◆ What to work on
Your task is to copy the lines of the data below from the line holding "v -1.589 8.634 -15.63" through the line holding "v 1.087 4.081 -5.63", inclusive, exactly and with nothing added.

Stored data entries

********************

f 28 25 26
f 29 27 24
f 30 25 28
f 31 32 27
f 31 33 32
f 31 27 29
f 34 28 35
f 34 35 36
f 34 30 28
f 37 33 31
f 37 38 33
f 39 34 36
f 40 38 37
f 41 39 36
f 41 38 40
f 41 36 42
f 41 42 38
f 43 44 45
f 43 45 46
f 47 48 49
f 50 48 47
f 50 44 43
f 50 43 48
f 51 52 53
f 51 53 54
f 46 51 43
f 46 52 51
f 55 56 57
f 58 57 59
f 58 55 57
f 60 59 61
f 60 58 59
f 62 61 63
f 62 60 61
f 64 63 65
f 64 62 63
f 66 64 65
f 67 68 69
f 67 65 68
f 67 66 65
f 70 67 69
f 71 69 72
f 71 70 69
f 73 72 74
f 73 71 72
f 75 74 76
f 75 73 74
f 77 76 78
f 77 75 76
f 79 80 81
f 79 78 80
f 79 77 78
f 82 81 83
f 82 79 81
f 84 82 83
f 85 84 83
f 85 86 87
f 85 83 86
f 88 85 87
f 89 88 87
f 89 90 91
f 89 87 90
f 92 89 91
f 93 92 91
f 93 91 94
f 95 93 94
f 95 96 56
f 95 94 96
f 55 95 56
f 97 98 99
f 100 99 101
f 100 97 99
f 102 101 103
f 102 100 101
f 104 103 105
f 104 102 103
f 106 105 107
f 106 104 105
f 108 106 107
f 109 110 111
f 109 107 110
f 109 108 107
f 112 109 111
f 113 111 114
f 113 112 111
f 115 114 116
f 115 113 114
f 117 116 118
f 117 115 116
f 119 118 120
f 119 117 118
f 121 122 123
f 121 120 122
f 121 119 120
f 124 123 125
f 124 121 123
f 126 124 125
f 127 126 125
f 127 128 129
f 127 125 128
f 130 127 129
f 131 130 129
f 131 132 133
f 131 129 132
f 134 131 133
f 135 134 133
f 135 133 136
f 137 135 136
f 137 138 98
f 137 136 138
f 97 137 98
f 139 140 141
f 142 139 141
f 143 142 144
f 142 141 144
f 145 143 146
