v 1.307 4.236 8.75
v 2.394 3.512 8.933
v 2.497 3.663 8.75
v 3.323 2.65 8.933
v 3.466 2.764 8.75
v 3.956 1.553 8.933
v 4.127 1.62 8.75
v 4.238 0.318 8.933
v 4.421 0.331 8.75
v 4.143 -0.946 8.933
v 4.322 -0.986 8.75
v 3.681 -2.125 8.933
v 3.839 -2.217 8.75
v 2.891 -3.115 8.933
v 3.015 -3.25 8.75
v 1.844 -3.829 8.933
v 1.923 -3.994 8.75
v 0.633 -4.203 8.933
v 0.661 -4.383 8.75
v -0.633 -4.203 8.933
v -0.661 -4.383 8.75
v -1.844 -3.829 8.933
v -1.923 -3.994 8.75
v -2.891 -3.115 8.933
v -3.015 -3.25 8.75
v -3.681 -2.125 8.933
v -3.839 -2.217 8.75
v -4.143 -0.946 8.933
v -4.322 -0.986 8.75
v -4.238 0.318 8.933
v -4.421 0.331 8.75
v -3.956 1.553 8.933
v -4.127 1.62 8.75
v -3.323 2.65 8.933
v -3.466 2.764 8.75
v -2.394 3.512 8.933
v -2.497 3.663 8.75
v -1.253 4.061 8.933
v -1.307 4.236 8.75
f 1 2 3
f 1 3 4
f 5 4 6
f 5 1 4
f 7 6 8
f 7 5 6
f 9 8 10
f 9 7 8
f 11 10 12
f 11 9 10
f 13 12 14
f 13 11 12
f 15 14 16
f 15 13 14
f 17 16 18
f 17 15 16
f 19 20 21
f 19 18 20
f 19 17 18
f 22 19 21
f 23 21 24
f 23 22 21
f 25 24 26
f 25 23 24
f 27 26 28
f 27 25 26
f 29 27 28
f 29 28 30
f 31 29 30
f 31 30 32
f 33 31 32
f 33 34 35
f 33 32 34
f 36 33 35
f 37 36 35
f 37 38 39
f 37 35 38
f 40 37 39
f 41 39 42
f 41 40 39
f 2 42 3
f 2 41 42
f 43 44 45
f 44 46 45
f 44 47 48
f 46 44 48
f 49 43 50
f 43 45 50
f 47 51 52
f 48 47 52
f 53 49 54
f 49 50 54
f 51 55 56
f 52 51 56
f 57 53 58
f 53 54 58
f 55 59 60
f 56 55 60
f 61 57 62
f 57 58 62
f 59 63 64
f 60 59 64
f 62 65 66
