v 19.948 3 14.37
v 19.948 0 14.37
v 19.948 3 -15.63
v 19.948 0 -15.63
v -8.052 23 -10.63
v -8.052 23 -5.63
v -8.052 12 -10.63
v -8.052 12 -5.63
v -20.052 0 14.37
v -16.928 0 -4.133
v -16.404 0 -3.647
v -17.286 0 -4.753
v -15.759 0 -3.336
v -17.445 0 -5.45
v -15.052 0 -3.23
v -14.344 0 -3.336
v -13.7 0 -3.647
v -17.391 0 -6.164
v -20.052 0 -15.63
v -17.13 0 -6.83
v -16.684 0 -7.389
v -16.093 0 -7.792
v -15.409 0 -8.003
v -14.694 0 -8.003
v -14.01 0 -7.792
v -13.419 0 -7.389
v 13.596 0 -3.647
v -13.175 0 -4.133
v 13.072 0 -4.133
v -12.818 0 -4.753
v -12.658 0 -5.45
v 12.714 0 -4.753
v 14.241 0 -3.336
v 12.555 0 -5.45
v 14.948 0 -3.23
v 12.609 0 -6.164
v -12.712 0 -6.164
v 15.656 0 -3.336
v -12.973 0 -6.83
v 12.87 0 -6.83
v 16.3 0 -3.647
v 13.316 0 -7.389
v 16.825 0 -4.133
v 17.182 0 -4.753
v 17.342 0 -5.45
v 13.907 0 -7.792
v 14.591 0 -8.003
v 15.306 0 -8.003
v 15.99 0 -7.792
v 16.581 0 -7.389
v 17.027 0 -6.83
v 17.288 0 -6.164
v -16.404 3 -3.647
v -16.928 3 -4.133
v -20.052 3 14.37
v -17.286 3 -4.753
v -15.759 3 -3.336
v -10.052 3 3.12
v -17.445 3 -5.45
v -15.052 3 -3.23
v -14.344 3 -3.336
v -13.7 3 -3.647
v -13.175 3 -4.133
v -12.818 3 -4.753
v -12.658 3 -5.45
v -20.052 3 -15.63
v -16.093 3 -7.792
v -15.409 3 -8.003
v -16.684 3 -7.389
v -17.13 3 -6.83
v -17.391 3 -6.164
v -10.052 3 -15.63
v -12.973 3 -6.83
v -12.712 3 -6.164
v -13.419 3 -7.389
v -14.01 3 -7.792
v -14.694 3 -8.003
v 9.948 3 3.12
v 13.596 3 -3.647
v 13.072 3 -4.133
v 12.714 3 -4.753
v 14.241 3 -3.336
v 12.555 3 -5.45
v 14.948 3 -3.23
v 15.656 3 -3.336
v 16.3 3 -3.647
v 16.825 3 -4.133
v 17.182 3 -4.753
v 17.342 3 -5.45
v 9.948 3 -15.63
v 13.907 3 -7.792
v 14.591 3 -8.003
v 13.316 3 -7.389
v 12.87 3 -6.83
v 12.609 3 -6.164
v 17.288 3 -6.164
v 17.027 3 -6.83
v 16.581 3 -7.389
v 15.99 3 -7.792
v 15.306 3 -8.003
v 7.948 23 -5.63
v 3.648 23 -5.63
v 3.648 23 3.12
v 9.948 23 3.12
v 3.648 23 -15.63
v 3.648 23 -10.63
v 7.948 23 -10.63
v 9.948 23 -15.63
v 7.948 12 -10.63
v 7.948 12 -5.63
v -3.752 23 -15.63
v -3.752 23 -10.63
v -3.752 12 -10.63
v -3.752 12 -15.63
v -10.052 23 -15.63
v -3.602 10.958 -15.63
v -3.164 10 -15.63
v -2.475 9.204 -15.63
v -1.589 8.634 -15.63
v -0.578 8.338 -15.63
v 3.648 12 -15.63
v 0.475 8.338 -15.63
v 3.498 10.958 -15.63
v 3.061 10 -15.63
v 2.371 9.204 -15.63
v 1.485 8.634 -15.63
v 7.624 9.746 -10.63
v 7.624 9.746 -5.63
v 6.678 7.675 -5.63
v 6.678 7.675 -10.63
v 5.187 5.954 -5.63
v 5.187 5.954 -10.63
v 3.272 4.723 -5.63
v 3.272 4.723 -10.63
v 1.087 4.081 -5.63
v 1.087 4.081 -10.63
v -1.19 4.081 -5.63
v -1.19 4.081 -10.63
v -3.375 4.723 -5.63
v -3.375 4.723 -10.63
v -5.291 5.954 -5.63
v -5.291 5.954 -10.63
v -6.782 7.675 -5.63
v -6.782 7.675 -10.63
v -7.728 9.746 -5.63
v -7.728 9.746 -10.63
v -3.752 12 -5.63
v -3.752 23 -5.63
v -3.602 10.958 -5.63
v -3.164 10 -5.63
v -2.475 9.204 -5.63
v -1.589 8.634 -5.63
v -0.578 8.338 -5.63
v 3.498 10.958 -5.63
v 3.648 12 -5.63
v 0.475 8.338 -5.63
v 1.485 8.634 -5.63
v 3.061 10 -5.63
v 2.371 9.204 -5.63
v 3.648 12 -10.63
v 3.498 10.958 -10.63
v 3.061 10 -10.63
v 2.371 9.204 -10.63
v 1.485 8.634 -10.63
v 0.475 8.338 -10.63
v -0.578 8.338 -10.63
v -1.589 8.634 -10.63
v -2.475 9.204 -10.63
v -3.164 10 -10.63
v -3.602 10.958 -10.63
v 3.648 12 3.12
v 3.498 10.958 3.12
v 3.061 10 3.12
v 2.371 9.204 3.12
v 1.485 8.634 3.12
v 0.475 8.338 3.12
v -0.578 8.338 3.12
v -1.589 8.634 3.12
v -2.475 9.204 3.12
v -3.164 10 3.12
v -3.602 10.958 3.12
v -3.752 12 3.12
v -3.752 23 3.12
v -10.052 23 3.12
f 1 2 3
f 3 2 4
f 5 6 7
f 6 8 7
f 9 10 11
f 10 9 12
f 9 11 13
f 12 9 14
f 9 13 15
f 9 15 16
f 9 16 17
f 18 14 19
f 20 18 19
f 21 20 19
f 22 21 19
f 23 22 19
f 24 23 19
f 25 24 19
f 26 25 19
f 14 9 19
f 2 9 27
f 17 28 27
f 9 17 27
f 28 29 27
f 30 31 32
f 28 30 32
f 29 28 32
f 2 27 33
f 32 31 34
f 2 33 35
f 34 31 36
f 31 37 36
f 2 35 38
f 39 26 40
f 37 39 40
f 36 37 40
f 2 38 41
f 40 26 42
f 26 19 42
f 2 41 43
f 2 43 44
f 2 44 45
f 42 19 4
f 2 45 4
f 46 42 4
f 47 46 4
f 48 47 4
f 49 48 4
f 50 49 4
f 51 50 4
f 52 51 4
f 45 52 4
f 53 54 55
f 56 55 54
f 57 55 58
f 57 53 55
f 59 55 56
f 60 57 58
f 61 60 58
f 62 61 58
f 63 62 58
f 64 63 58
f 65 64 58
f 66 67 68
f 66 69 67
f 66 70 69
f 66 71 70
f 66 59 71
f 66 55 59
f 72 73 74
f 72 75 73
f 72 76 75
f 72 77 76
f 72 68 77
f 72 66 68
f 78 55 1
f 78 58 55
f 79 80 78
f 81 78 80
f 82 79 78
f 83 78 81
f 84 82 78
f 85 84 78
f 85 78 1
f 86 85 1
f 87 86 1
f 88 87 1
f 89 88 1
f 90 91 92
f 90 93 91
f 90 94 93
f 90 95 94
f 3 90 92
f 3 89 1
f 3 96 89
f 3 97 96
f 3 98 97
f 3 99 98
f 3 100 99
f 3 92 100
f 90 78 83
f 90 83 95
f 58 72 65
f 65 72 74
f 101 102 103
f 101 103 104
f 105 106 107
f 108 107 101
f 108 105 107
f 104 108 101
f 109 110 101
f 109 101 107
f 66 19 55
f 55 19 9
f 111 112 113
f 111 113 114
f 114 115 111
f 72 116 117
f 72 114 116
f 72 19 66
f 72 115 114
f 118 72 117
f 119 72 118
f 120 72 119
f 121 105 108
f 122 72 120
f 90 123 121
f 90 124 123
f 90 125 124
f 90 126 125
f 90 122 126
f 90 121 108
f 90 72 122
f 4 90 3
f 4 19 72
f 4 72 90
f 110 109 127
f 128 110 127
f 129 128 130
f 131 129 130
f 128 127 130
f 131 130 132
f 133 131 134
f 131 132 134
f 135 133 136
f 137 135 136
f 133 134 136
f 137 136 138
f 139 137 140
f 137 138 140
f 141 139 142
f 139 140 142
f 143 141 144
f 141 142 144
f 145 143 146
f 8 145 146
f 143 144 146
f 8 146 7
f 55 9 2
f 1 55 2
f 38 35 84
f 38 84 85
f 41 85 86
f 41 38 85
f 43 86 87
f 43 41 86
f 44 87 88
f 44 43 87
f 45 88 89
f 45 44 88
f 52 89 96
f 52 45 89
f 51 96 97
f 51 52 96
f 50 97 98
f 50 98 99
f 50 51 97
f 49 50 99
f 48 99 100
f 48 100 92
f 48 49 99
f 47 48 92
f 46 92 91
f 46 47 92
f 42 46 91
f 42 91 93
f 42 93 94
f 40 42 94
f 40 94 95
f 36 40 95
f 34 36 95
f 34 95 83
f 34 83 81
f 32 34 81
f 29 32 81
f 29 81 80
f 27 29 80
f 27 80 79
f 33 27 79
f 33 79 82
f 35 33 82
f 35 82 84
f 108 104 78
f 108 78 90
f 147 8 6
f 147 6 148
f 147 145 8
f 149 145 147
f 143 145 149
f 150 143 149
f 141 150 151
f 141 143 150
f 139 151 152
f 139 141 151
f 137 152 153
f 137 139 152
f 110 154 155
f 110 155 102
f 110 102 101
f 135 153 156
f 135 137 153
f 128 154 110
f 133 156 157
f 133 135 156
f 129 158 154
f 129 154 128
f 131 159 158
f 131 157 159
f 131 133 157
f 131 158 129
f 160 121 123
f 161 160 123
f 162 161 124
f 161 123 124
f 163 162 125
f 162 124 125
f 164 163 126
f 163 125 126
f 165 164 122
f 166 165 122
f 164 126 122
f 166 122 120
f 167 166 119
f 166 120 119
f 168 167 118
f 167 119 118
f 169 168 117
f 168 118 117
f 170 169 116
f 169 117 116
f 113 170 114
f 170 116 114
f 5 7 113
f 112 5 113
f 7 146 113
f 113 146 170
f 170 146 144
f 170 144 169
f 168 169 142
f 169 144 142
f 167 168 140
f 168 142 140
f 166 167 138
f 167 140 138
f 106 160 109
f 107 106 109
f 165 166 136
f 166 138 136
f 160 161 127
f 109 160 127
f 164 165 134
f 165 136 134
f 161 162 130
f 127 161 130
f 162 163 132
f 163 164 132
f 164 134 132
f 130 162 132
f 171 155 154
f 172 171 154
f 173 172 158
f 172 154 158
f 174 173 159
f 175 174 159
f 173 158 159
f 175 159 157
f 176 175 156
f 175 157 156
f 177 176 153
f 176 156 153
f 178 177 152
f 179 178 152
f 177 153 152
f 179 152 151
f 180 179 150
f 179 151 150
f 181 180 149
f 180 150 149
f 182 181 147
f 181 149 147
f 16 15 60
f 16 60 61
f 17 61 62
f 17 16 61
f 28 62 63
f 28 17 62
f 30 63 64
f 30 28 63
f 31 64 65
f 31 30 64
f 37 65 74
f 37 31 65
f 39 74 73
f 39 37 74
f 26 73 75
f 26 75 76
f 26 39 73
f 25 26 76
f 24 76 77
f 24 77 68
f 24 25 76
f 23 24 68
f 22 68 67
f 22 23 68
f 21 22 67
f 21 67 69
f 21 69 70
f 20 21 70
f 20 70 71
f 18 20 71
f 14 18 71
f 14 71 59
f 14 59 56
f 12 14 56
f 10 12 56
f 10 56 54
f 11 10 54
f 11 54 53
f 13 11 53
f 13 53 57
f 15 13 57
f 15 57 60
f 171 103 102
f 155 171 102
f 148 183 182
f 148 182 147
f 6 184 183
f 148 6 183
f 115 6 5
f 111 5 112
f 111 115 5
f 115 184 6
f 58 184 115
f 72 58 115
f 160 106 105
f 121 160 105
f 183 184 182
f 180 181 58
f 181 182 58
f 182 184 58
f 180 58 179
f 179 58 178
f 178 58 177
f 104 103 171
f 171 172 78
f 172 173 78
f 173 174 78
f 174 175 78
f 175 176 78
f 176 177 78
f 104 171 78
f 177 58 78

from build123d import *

# Parameters (mm, degrees)
ESQUISSE3_W                  = 10
ESQUISSE3_H                  = 15
ESQUISSE3_H_2                = 10
ESQUISSE3_H_3                = 5
BOSS_EXTRU_1_DEPTH           = 3
ESQUISSE4_W                  = 10
ESQUISSE4_H                  = 5
ESQUISSE4_H_2                = 3.75
BOSS_EXTRU_2_DEPTH           = 17
ENL_V_MAT_EXTRU_1_DEPTH      = 5
ENL_V_MAT_EXTRU_2_DEPTH      = 18.75
ESQUISSE8_W                  = 20
ESQUISSE8_H                  = 18.75
ESQUISSE8_W_2                = 16
ESQUISSE8_H_2                = 5
BOSS_EXTRU_3_DEPTH           = 3
ESQUISSE9_R                  = 3.7
ESQUISSE9_R_2                = 3
ENL_V_MAT_EXTRU_3_DEPTH      = 43.790987898
ENL_V_START                  = -6
ESQUISSE10_R                 = 2.4
ESQUISSE10_R_2               = 2
ENL_V_MAT_EXTRU_4_DEPTH      = 6
ENL_V_MAT_EXTRU_5_REACH      = 36.283
ENL_V_MAT_EXTRU_5_END_RADIUS = 3.7
ESQUISSE12_W                 = 3.7
ESQUISSE12_H                 = 5
ESQUISSE12_W_2               = 7.4
ESQUISSE12_H_2               = 8.75


with BuildPart() as part:
    # Esquisse3 → Boss.-Extru.1 (new body)
    with BuildSketch(Plane(origin=(0, 0, 0), x_dir=(1, 0, 0), z_dir=(0, 1, 0))):
        with Locations((-15.05164944, -6.870348765)):
            Rectangle(ESQUISSE3_W, ESQUISSE3_H)
        with Locations((14.94835056, -6.870348765)):
            Rectangle(ESQUISSE3_W, ESQUISSE3_H)
        with BuildLine():
            Line((-10.05164944, 5.629651235), (-10.05164944, 15.629651235))
            Line((-10.05164944, 15.629651235), (-20.05164944, 15.629651235))
            Line((-20.05164944, 15.629651235), (-20.05164944, 5.629651235))
            Line((-20.05164944, 5.629651235), (-17.05164944, 5.629651235))
            ThreePointArc((-17.05164944, 5.629651235), (-15.05164944, 7.629651235), (-13.05164944, 5.629651235))
            Line((-13.05164944, 5.629651235), (-10.05164944, 5.629651235))
        make_face()
        with BuildLine():
            Line((-10.05164944, 0.629651235), (-10.05164944, 5.629651235))
            Line((-10.05164944, 5.629651235), (-13.05164944, 5.629651235))
            ThreePointArc((-13.05164944, 5.629651235), (-15.05164944, 3.629651235), (-17.05164944, 5.629651235))
            Line((-17.05164944, 5.629651235), (-20.05164944, 5.629651235))
            Line((-20.05164944, 5.629651235), (-20.05164944, 0.629651235))
            Line((-20.05164944, 0.629651235), (-10.05164944, 0.629651235))
        make_face()
        with Locations((-5.05164944, 10.629651235)):
            Rectangle(ESQUISSE3_W, ESQUISSE3_H_2)
        with Locations((4.94835056, 10.629651235)):
            Rectangle(ESQUISSE3_W, ESQUISSE3_H_2)
        with BuildLine():
            Line((19.94835056, 15.629651235), (9.94835056, 15.629651235))
            Line((9.94835056, 15.629651235), (9.94835056, 5.629651235))
            Line((9.94835056, 5.629651235), (12.94835056, 5.629651235))
            ThreePointArc((12.94835056, 5.629651235), (14.94835056, 7.629651235), (16.94835056, 5.629651235))
            Line((16.94835056, 5.629651235), (19.94835056, 5.629651235))
            Line((19.94835056, 5.629651235), (19.94835056, 15.629651235))
        make_face()
        with BuildLine():
            Line((12.94835056, 5.629651235), (9.94835056, 5.629651235))
            Line((9.94835056, 5.629651235), (9.94835056, 0.629651235))
            Line((9.94835056, 0.629651235), (19.94835056, 0.629651235))
            Line((19.94835056, 0.629651235), (19.94835056, 5.629651235))
            Line((19.94835056, 5.629651235), (16.94835056, 5.629651235))
            ThreePointArc((16.94835056, 5.629651235), (14.94835056, 3.629651235), (12.94835056, 5.629651235))
        make_face()
        with Locations((4.94835056, -6.870348765)):
            Rectangle(ESQUISSE3_W, ESQUISSE3_H)
        with Locations((-5.05164944, -6.870348765)):
            Rectangle(ESQUISSE3_W, ESQUISSE3_H)
        with Locations((4.94835056, 3.129651235)):
            Rectangle(ESQUISSE3_W, ESQUISSE3_H_3)
        with Locations((-5.05164944, 3.129651235)):
            Rectangle(ESQUISSE3_W, ESQUISSE3_H_3)
    extrude(amount=BOSS_EXTRU_1_DEPTH)

    # Esquisse4 → Boss.-Extru.2 (add)
    with BuildSketch(Plane(origin=(0, 3, 0), x_dir=(1, 0, 0), z_dir=(0, 1, 0))):
        with Locations((-5.05164944, 3.129651235)):
            Rectangle(ESQUISSE4_W, ESQUISSE4_H)
        with Locations((-5.05164944, -1.245348765)):
            Rectangle(ESQUISSE4_W, ESQUISSE4_H_2)
        with Locations((4.94835056, -1.245348765)):
            Rectangle(ESQUISSE4_W, ESQUISSE4_H_2)
        with Locations((4.94835056, 3.129651235)):
            Rectangle(ESQUISSE4_W, ESQUISSE4_H)
        Polygon((-0.05164944, 15.629651235), (-0.05164944, 5.629651235), (9.94835056, 5.629651235), (9.94835056, 8.129651235), align=None)
        Polygon((-10.05164944, 8.129651235), (-10.05164944, 5.629651235), (-0.05164944, 5.629651235), (-0.05164944, 15.629651235), align=None)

********************

◆ Finished exercise
v -1.589 8.634 -15.63
v -0.578 8.338 -15.63
v 3.648 12 -15.63
v 0.475 8.338 -15.63
v 3.498 10.958 -15.63
v 3.061 10 -15.63
v 2.371 9.204 -15.63
v 1.485 8.634 -15.63
v 7.624 9.746 -10.63
v 7.624 9.746 -5.63
v 6.678 7.675 -5.63
v 6.678 7.675 -10.63
v 5.187 5.954 -5.63
v 5.187 5.954 -10.63
v 3.272 4.723 -5.63
v 3.272 4.723 -10.63
v 1.087 4.081 -5.63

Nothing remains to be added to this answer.